Prompt: Look below for the lines from the one with "# Sketch1 → Revolve1 (revolve)" to the one with "# FreeCAD 1.0 macro for this part", and copy exactly those lines, both ends included.
*-*-*
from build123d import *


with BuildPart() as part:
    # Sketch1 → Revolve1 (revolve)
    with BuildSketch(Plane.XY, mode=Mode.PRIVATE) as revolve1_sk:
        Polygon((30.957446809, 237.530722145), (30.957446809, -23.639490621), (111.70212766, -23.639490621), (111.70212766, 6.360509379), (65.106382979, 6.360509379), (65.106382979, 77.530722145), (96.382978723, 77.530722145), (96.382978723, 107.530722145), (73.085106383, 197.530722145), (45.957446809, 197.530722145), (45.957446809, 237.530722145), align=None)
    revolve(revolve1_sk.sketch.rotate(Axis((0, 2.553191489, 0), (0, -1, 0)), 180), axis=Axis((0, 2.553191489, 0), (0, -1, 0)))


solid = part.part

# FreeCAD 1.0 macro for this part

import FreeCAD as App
import Part
import Sketcher

V = App.Vector


def add_polygon(sketch, points):
    """Adds a closed chain of lines whose ends are joined by coincident constraints."""
    first, n = sketch.GeometryCount, len(points)
    for a, b in zip(points, points[1:] + points[:1]):
        sketch.addGeometry(Part.LineSegment(App.Vector(*a, 0), App.Vector(*b, 0)), False)
    for i in range(n):
        sketch.addConstraint(Sketcher.Constraint("Coincident", first + i, 2, first + (i + 1) % n, 1))

doc = App.newDocument("Part")
params = doc.addObject("Spreadsheet::Sheet", "Params")
for row, (alias, value) in enumerate([
    ("sketch1_width", "15 mm"),
    ("sketch1_height", "30 mm"),
    ("sketch1_height2", "40 mm"),
    ("revolution_angle", "360 deg"),
], start=1):
    params.set(f"A{row}", alias)
    params.set(f"B{row}", "=" + value)
    params.setAlias(f"B{row}", alias)

body = doc.addObject("PartDesign::Body", "Body")

sketch1 = body.newObject("Sketcher::SketchObject", "Sketch")
sketch1.AttachmentSupport = (doc.getObject("XY_Plane"), [""])
sketch1.MapMode = "FlatFace"
add_polygon(sketch1, [(31, 238), (31, -24), (112, -24), (112, 6), (65, 6), (65, 78), (96, 78), (96, 108), (73, 198), (46, 198), (46, 238)])
sketch1.addConstraint(Sketcher.Constraint("Vertical", 0))
sketch1.addConstraint(Sketcher.Constraint("Horizontal", 1))
sketch1.addConstraint(Sketcher.Constraint("Vertical", 2))
sketch1.addConstraint(Sketcher.Constraint("Horizontal", 3))
sketch1.addConstraint(Sketcher.Constraint("Vertical", 4))
sketch1.addConstraint(Sketcher.Constraint("Horizontal", 5))
sketch1.addConstraint(Sketcher.Constraint("Vertical", 6))
sketch1.addConstraint(Sketcher.Constraint("Horizontal", 8))
sketch1.addConstraint(Sketcher.Constraint("Vertical", 9))
sketch1.addConstraint(Sketcher.Constraint("Horizontal", 10))
sketch1.addConstraint(Sketcher.Constraint("Equal", 2, 6))
sketch1.addConstraint(Sketcher.Constraint("DistanceX", 10, 2, 10, 1, 15.0))
sketch1.addConstraint(Sketcher.Constraint("DistanceY", 2, 1, 2, 2, 30.0))
sketch1.addConstraint(Sketcher.Constraint("DistanceY", 9, 1, 9, 2, 40.0))
sketch1.addConstraint(Sketcher.Constraint("DistanceY", 6, 2, 7, 2, 90.0))
sketch1.addConstraint(Sketcher.Constraint("DistanceX", 1, 1, 1, 2, 80.744681))
sketch1.addConstraint(Sketcher.Constraint("DistanceX", 8, 2, 8, 1, 27.12766))
sketch1.addConstraint(Sketcher.Constraint("Distance", 7, 92.966612))
sketch1.addConstraint(Sketcher.Constraint("DistanceX", 3, 2, 3, 1, 46.595745))
sketch1.addConstraint(Sketcher.Constraint("DistanceY", 0, 2, 0, 1, 261.170213))
sketch1.addConstraint(Sketcher.Constraint("DistanceY", 0, 2, -1, 1, 23.639491))
sketch1.addConstraint(Sketcher.Constraint("DistanceX", -1, 1, 5, 2, 96.382979))
sketch1.setExpression("Constraints[22]", "Params.sketch1_width")
sketch1.setExpression("Constraints[23]", "Params.sketch1_height")
sketch1.setExpression("Constraints[24]", "Params.sketch1_height2")
revolution = body.newObject("PartDesign::Revolution", "Revolution")
revolution.Profile = sketch1
revolution.ReferenceAxis = (sketch1, ["V_Axis"])
revolution.setExpression("Angle", "Params.revolution_angle")

doc.recompute()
*-*-*
Solution to this task:
    # Sketch1 → Revolve1 (revolve)
    with BuildSketch(Plane.XY, mode=Mode.PRIVATE) as revolve1_sk:
        Polygon((30.957446809, 237.530722145), (30.957446809, -23.639490621), (111.70212766, -23.639490621), (111.70212766, 6.360509379), (65.106382979, 6.360509379), (65.106382979, 77.530722145), (96.382978723, 77.530722145), (96.382978723, 107.530722145), (73.085106383, 197.530722145), (45.957446809, 197.530722145), (45.957446809, 237.530722145), align=None)
    revolve(revolve1_sk.sketch.rotate(Axis((0, 2.553191489, 0), (0, -1, 0)), 180), axis=Axis((0, 2.553191489, 0), (0, -1, 0)))


solid = part.part

# FreeCAD 1.0 macro for this part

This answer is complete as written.